Mas as chicanas jurídicas do texto vão muito além.
Uma das mais perigosas diz respeito a unidades de conservação. Pela lei de 2000 que criou o Sistema Nacional de Unidades de Conservação, os órgãos gestores de áreas protegidas, como o ICMBio, têm poder de veto nos processos de licenciamento. Isso cai com o substitutivo de Mauro Pereira, o que possibilitaria, por exemplo, construir uma hidrelétrica num rio que corta um parque nacional, mesmo que isso significasse a extinção de uma ou mais espécies.
Sua hidrelétrica vai triplicar a população de uma cidade e pressionar os sistemas de saúde, educação e saneamento? Problema da prefeitura: o empreendedor não tem nada a ver com isso. Pelo novo texto, empreiteiras não serão obrigadas a cumprir condicionantes que impliquem em “implantar infraestrutura de competência do poder público”.
Procurada, a FPA disse que não iria se manifestar sobre o assunto "por enquanto". A CNI não respondeu ao pedido de comentário até o fechamento deste artigo.
A lista de ciladas no texto de Pereira é tão grande e tão caricata que fica difícil saber qual é o objetivo da FPA e da CNI com a proposta. Alguém menos familiarizado com Brasília poderia argumentar que se trata do proverbial “bode na sala”: estica-se a corda de uma negociação com uma proposta absurda para ganhar concessões adiante.
No caso do licenciamento, porém, isso era desnecessário, porque Sarney Filho já entrou na negociação com a FPA cedendo na principal demanda dos ruralistas — a dispensa de licença para agropecuária extensiva.
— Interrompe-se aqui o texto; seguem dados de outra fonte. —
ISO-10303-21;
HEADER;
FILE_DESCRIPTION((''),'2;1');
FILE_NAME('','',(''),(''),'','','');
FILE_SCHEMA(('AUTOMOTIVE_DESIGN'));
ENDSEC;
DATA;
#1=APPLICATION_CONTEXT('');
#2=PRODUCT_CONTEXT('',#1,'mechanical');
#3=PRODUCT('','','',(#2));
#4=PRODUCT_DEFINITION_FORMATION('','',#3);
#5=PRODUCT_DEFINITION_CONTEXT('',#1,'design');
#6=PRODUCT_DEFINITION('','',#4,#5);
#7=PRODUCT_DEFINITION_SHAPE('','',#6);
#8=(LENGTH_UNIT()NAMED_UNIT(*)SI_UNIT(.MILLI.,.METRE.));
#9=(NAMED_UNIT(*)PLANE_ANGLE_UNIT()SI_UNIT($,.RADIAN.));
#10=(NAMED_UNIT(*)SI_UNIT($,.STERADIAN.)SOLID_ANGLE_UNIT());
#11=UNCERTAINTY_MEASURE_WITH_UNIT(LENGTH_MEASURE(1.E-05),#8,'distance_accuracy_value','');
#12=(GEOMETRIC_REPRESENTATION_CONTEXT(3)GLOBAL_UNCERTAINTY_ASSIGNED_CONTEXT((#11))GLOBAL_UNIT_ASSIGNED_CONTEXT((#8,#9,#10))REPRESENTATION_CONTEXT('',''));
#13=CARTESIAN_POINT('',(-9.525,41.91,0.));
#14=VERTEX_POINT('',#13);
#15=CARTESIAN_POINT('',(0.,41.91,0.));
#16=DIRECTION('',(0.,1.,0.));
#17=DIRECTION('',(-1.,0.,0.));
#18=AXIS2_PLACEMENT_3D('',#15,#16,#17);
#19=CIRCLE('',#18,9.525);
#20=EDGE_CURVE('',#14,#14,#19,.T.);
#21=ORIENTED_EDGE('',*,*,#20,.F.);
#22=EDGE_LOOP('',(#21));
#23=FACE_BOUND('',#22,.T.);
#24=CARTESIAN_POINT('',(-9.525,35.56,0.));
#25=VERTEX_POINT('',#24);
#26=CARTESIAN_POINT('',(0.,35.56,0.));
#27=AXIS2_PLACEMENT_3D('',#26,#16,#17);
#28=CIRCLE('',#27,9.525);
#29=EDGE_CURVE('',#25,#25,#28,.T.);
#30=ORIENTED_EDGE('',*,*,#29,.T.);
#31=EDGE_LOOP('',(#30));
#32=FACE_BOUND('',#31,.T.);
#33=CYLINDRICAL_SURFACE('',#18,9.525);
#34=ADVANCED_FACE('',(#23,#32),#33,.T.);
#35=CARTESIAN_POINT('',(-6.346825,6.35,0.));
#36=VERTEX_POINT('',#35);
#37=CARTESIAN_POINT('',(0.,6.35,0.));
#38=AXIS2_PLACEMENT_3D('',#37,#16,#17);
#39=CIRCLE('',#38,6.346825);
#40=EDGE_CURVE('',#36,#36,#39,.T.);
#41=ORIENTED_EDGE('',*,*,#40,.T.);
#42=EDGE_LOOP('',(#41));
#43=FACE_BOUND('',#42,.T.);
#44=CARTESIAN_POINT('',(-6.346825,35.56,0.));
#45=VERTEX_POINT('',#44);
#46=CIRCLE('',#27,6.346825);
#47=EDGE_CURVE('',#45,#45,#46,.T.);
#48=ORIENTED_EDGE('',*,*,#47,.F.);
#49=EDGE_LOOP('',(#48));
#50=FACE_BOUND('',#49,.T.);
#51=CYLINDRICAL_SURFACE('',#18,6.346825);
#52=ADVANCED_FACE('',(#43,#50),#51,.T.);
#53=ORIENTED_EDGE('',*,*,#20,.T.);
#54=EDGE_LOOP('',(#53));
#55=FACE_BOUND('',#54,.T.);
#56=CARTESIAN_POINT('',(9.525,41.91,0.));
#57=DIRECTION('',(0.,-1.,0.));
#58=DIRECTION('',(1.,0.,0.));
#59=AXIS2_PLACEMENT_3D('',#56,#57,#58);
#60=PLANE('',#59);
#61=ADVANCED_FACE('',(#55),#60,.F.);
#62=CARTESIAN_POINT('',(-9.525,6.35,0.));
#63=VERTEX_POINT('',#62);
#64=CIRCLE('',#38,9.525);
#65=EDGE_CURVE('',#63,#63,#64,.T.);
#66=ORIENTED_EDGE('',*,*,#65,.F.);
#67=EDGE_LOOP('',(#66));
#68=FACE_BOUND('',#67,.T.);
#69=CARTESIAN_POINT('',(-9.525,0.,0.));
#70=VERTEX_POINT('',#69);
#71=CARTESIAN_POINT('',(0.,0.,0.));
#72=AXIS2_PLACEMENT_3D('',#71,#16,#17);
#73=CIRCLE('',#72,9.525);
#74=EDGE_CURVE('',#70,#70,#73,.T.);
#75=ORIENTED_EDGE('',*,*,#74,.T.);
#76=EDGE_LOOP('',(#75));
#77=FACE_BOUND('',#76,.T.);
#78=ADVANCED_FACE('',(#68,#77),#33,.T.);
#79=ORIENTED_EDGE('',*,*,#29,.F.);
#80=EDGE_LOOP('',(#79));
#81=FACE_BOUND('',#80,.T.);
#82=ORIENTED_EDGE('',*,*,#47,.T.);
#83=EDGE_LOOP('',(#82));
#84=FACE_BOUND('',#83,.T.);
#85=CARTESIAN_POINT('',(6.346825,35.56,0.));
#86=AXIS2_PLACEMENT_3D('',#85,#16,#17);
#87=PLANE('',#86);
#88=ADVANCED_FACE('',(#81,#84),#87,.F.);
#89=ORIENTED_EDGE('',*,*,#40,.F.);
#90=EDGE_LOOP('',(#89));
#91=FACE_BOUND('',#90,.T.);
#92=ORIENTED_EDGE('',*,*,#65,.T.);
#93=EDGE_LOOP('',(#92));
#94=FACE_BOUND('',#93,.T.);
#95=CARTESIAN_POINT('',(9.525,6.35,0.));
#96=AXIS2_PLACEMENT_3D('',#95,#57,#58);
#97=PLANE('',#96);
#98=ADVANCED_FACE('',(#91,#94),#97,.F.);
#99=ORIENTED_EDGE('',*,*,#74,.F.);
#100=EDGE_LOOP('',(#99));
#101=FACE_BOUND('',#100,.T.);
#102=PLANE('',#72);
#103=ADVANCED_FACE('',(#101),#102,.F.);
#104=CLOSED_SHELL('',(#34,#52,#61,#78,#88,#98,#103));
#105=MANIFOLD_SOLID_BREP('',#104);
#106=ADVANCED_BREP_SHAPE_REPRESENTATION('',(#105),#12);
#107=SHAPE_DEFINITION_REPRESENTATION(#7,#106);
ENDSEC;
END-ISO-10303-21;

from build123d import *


with BuildPart() as part:
    # Sketch1 → Revolve1 (revolve)
    with BuildSketch(Plane.XY):
        Polygon((0, 0), (9.525, 0), (9.525, 6.35), (6.346825, 6.35), (6.346825, 35.56), (9.525, 35.56), (9.525, 41.91), (0, 41.91), align=None)
    revolve(axis=Axis((0, 41.91, 0), (0, -1, 0)))


solid = part.part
Pode ser simplesmente que eles estejam apresentando essa proposta porque sabem que podem ganhar.
Quem acha que já viu esse filme antes está certo: em 2010, quando a bancada ruralista tinha bem menos poder do que tem hoje, formou-se uma comissão destinada a mudar o Código Florestal. Em 2011, o plenário da Câmara aprovou por imensa maioria a proposta mais absurda de mudança no código, forçando o governo Dilma a entrar numa negociação que já estava perdida desde o início. O resultado todos vimos na aprovação da lei, em 2012, e na explosão do desmatamento na Amazônia nos anos seguintes.
Há poucos motivos para pensar que o licenciamento ambiental terá destino diferente. As Odebrechts da vida agradecem, já que, sem exigências no processo de licenciamento, não terão mais o Ministério Público, os índios, os ambientalistas e “tudo o que não presta” no seu pé, atrasando calendários de obras e exigindo cumprimento de condicionantes. O licenciamento dos sonhos da bancada ruralista e da CNI é também o licenciamento dos sonhos do conluio entre empreiteiras e agentes políticos — aquele com o qual a sociedade brasileira está supostamente enojada.